Abstract
For the purpose of establishing a simple route to prepare a metal-semiconductor hybrid catalyst efficiently and reduce its cost through precise doping noble metals. In this study, ultra-trace silver doped TiO2 photocatalysts were fabricated via a “green” ultrasonic impregnation-assisted photoreduction strategy in an ethanol system, and its photocatalytic performance was systematically investigated by utilizing Cr(VI) as the model contaminant. A schottky energy barrier was constructed in Ag@TiO2, which served as a recombination center and possessed superior photocatalytic activity for Cr(VI) reduction. The obtained catalysts exhibited a significant e−/h+ separation efficiency which directly led to an obvious photocatalytic property enhancement. Then, the resultant Ag@TiO2 (0.06 wt %, 30 min irradiation) showed about 2.5 times the activity as that of commercial P25 NPs for Cr(VI) degradation. Moreover, after five cycles, it still maintained considerably high catalytic ability (62%). This work provides a deep insight into preparation techniques of metal-semiconductor photocatalyst and broadens their application prospect.
Highlights
Nowadays, heavy metals pollution in aquatic environments poses serious risks to public health and ecological systems since the rapid development of industrialization [1]

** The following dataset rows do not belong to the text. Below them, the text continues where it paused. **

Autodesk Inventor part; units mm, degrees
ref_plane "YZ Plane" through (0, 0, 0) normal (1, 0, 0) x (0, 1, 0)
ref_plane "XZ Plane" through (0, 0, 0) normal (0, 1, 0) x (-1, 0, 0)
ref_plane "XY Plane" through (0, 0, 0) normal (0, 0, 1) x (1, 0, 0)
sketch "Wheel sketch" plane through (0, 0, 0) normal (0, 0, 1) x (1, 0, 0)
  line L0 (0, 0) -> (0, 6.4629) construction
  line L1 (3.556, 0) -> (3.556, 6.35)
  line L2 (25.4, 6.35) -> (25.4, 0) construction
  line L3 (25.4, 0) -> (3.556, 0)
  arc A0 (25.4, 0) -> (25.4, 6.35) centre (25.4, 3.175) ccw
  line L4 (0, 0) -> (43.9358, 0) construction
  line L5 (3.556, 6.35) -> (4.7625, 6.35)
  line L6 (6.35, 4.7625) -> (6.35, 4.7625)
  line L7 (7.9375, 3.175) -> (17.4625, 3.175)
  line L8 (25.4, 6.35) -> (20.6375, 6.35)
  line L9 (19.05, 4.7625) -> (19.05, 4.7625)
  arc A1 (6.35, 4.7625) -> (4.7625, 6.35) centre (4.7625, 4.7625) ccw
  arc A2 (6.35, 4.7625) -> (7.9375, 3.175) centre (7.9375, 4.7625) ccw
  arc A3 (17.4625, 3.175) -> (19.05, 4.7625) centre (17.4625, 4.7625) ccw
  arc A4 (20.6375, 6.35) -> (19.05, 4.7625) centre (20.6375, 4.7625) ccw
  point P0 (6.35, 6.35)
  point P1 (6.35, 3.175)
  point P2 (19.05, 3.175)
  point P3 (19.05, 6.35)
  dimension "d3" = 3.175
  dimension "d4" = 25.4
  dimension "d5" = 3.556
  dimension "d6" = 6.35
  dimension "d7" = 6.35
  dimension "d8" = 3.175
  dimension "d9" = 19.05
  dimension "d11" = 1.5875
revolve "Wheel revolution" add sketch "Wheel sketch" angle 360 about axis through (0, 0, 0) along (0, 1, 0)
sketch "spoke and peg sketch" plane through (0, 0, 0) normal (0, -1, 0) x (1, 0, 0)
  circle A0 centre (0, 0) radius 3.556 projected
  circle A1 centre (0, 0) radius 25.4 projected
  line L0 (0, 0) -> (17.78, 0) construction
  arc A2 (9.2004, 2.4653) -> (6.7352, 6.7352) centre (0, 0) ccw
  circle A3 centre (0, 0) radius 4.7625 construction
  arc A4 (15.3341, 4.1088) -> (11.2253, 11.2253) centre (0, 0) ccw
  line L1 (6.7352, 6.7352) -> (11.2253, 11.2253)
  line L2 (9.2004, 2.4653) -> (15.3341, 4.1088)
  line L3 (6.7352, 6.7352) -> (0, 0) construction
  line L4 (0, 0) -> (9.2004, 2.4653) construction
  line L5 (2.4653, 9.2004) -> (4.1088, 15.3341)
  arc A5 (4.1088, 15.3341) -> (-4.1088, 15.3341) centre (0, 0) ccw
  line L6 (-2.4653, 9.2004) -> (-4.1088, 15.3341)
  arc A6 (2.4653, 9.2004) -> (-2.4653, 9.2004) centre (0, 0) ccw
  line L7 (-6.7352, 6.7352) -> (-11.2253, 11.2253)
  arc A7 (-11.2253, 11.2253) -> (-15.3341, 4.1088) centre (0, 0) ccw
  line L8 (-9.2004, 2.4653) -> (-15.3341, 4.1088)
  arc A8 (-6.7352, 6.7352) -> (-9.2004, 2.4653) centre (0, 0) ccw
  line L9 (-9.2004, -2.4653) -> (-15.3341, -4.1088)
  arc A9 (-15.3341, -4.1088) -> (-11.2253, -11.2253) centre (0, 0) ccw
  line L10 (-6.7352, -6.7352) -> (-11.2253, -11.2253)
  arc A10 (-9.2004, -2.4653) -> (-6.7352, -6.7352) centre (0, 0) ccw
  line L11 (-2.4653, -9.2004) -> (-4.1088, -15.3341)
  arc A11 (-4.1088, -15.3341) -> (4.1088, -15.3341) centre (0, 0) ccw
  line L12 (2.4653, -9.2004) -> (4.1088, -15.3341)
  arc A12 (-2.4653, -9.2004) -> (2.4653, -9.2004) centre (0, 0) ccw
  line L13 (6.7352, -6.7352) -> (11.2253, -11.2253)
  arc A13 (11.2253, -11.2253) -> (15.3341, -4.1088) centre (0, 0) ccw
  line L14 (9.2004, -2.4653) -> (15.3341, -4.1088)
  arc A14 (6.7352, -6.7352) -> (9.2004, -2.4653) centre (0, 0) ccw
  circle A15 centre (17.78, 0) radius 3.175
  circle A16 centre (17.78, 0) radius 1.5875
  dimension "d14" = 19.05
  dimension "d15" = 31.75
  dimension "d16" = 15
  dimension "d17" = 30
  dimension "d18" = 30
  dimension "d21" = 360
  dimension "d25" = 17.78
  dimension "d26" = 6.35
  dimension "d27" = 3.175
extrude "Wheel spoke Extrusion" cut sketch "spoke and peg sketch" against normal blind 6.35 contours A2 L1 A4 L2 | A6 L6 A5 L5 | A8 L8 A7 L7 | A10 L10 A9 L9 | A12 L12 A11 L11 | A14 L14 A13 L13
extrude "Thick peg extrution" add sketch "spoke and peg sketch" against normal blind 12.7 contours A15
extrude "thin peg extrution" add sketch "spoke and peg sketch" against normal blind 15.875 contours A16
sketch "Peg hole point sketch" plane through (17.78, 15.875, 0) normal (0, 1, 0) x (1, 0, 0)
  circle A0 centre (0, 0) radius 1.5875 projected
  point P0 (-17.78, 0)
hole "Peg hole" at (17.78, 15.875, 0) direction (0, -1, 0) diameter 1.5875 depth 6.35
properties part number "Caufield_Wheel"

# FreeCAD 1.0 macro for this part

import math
import FreeCAD as App
import Part
import Sketcher

V = App.Vector
Q = App.Units.Quantity

doc = App.newDocument("Part")
body = doc.addObject("PartDesign::Body", "Body")

sketch1 = body.newObject("Sketcher::SketchObject", "Sketch")
sketch1.AttachmentSupport = (doc.getObject("XY_Plane"), [""])
sketch1.MapMode = "FlatFace"
sketch1.addGeometry([
    Part.LineSegment(V(3.556, 6.35, 0), V(3.556, 0, 0)),
    Part.LineSegment(V(3.556, 0, 0), V(25.4, 0, 0)),
    Part.ArcOfCircle(Part.Circle(V(25.4, 3.175, 0), V(0, 0, 1), 3.175), math.radians(-90), math.radians(90)),
    Part.LineSegment(V(25.4, 6.35, 0), V(20.6375, 6.35, 0)),
    Part.ArcOfCircle(Part.Circle(V(20.6375, 4.7625, 0), V(0, 0, 1), 1.5875), math.radians(90), math.radians(180)),
    Part.ArcOfCircle(Part.Circle(V(17.4625, 4.7625, 0), V(0, 0, 1), 1.5875), math.radians(-90), math.radians(0)),
    Part.LineSegment(V(17.4625, 3.175, 0), V(7.9375, 3.175, 0)),
    Part.ArcOfCircle(Part.Circle(V(7.9375, 4.7625, 0), V(0, 0, 1), 1.5875), math.radians(180), math.radians(270)),
    Part.ArcOfCircle(Part.Circle(V(4.7625, 4.7625, 0), V(0, 0, 1), 1.5875), math.radians(0), math.radians(90)),
    Part.LineSegment(V(4.7625, 6.35, 0), V(3.556, 6.35, 0)),
], False)
sketch1.addConstraint([
    Sketcher.Constraint("Coincident", 0, 2, 1, 1),
    Sketcher.Constraint("Tangent", 1, 2, 2, 1),
    Sketcher.Constraint("Tangent", 2, 2, 3, 1),
    Sketcher.Constraint("Tangent", 3, 2, 4, 1),
    Sketcher.Constraint("Tangent", 4, 2, 5, 2),
    Sketcher.Constraint("Tangent", 5, 1, 6, 1),
    Sketcher.Constraint("Tangent", 6, 2, 7, 2),
    Sketcher.Constraint("Tangent", 7, 1, 8, 1),
    Sketcher.Constraint("Tangent", 8, 2, 9, 1),
    Sketcher.Constraint("Coincident", 9, 2, 0, 1),
    Sketcher.Constraint("Vertical", 0),
    Sketcher.Constraint("Horizontal", 1),
    Sketcher.Constraint("Horizontal", 3),
    Sketcher.Constraint("Horizontal", 6),
    Sketcher.Constraint("Horizontal", 9),
    Sketcher.Constraint("Equal", 4, 5),
    Sketcher.Constraint("Equal", 5, 7),
    Sketcher.Constraint("Equal", 7, 8),
    Sketcher.Constraint("PointOnObject", 0, 2, -1),
    Sketcher.Constraint("Horizontal", 4, 3, 5, 3),
    Sketcher.Constraint("Horizontal", 7, 3, 8, 3),
    Sketcher.Constraint("Horizontal", 2, 3, 5, 1),
    Sketcher.Constraint("DistanceX", -1, 1, 2, 3, Q("1 in")),
    Sketcher.Constraint("Radius", 2, Q("0.125 in")),
    Sketcher.Constraint("DistanceX", -1, 1, 0, 2, Q("0.14 in")),
    Sketcher.Constraint("DistanceX", -1, 1, 4, 2, Q("0.75 in")),
    Sketcher.Constraint("DistanceX", -1, 1, 7, 1, Q("0.25 in")),
])
revolution = body.newObject("PartDesign::Revolution", "Revolution")
revolution.Profile = sketch1
revolution.ReferenceAxis = (sketch1, ["V_Axis"])
revolution.Angle = 360

sketch2 = body.newObject("Sketcher::SketchObject", "Sketch001")
sketch2.AttachmentSupport = (doc.getObject("XZ_Plane"), [""])
sketch2.MapMode = "FlatFace"
sketch2.addGeometry([
    Part.ArcOfCircle(Part.Circle(V(0, 0, 0), V(0, 0, 1), 9.525011), math.radians(15.00035), math.radians(45)),
    Part.LineSegment(V(9.2004, 2.4653, 0), V(15.3341, 4.1088, 0)),
    Part.ArcOfCircle(Part.Circle(V(0, 0, 0), V(0, 0, 1), 15.874972), math.radians(15.00014), math.radians(45)),
    Part.LineSegment(V(11.2253, 11.2253, 0), V(6.7352, 6.7352, 0)),
    Part.ArcOfCircle(Part.Circle(V(0, 0, 0), V(0, 0, 1), 9.524971), math.radians(74.99965), math.radians(105.00035)),
    Part.LineSegment(V(2.4653, 9.2004, 0), V(4.1088, 15.3341, 0)),
    Part.ArcOfCircle(Part.Circle(V(0, 0, 0), V(0, 0, 1), 15.875039), math.radians(74.99986), math.radians(105.00014)),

The observed peaks be attributed to the surface plasmon resonance (SPR) effect of spatially confined electrons in Ag should be attributed to the surface plasmon resonance (SPR) effect of spatially confined electrons in nanoparticles and this red-shift might be related to the interaction between Ag and TiO2
Based on ultrasonic impregnation-assisted UV-photoreduction, Ag+ could be fully reduced via a facile in-situ synthetic approach toward ultra-trace silver-doped TiO2 photocatalysts without using any reducing agents
Summary
Heavy metals pollution in aquatic environments poses serious risks to public health and ecological systems since the rapid development of industrialization [1]. To improve the semiconductors’ catalytic performance [21], the noble metal deposition [22] recently has been proven to be a predominant way to heighten the activity of photocatalysis by creating the Schottky barrier at the semiconductor metal interface, which helps in separating the photo-excited electrons in the CB onto the metal nanoparticles (NPs) [23]. To obtain an efficient Ag@TiO2 photocatalyst, the silver dosage is still relatively high (>1 wt %), which greatly elevates its cost and limits its actual application. 4.65 wt % silver dosage by a facile polyol synthesis, and the result showed superior natural antibacterial activity and high-performance photocatalytic disinfection under solar irradiation. A facile photoreduction strategy was utilized to in situ synthesize Ag@TiO2 photocatalysts with ultra and exhibited superior photocatalytic activity on reducing highly toxic Cr(VI). Cr(VI) reduction performance, which provides a deep insight for the application of photocatalysis in wastewater treatment
Talk to us
Join us for a 30 min session where you can share your feedback and ask us any queries you have
Disclaimer: All third-party content on this website/platform is and will remain the property of their respective owners and is provided on "as is" basis without any warranties, express or implied. Use of third-party content does not indicate any affiliation, sponsorship with or endorsement by them. Any references to third-party content is to identify the corresponding services and shall be considered fair use under The CopyrightLaw.